Absolute stereochemistry and preferred conformations of urate degradation intermediates from computed and experimental circular dichroism spectra

The enzymatic oxidation of urate leads to the sequential formation of optically active intermediates with unknown stereochemistry: (−)-5-hydroxyisourate (HIU) and (−)-2-oxo-4-hydroxy-4-carboxy-5-ureidoimidazoline (OHCU). In accordance with the observation that a defect in HIU hydrolase causes hepatocarcinoma in mouse, a detoxification role has been proposed for the enzymes accelerating the conversion of HIU and OHCU into optically active (+)-allantoin. The enzymatic products of urate oxidation are normally not present in humans, but are formed in patients treated with urate oxidase. We used time-dependent density functional theory (TDDFT) to compute the electronic circular dichroism (ECD) spectra of the chiral compounds of urate degradation (HIU, OHCU, allantoin) and we compared the results with experimentally measured ECD spectra. The calculated ECD spectra for (S)-HIU and (S)-OHCU reproduced well the experimental spectra obtained through the enzymatic degradation of urate.

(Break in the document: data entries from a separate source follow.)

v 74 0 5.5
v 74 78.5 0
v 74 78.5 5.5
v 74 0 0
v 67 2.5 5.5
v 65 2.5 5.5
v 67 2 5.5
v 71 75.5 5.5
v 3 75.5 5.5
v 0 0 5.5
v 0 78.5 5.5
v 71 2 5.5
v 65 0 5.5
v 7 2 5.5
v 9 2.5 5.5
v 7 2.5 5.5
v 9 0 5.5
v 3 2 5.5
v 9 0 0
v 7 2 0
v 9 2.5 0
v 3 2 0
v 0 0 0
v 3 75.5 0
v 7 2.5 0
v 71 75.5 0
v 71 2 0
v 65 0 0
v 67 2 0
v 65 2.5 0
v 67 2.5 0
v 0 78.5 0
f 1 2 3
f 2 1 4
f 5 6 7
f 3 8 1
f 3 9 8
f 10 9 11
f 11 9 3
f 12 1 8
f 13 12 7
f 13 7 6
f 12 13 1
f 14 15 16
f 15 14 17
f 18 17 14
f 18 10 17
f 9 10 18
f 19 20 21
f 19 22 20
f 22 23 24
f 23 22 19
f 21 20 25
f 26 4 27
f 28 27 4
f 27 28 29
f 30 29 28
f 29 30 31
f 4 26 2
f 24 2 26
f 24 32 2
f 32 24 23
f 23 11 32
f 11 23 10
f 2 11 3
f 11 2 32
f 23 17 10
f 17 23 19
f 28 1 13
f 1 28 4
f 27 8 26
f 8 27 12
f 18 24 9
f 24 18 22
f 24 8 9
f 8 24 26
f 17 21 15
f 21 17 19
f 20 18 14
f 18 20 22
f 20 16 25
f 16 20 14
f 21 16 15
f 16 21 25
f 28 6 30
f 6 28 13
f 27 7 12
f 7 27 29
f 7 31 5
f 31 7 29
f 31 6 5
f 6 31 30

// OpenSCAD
// Lucas Wilder - Michigan Technological University - EE 4777
// Handle

// Height from bottom of holder to top of handle in mm
handleHeight = 100;

// Number of slides
slides = 15;

actualHeight = handleHeight-21.5;

union()
{
	difference()
	{
		union()
		{
			// Main body
			cube(size = [(4*slides)+14,actualHeight,5.5],
							center = false);
		
		}
	
		// Main cut
		translate([3,-6,0]) 
		cube(size = [(4*slides)+8,actualHeight+3,5.5],
				center = false);	

	}
	
	cube(size = [9,2,5.5]);
	translate([7,0,0]) cube(size = [2,2.5,5.5]);

	translate([(4*slides)+5,0,0])cube(size = [9,2,5.5]);
	translate([(4*slides)+5,0,0]) cube(size = [2,2.5,5.5]);
}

Less conclusive results were obtained with allantoin, although the computed optical rotations in the transparent region supported the original assignment of the (+)-S configuration. These absolute configuration assignments can facilitate the study of the enzymes involved in urate metabolism and help us to understand the mechanism leading to the toxicity of urate oxidation products.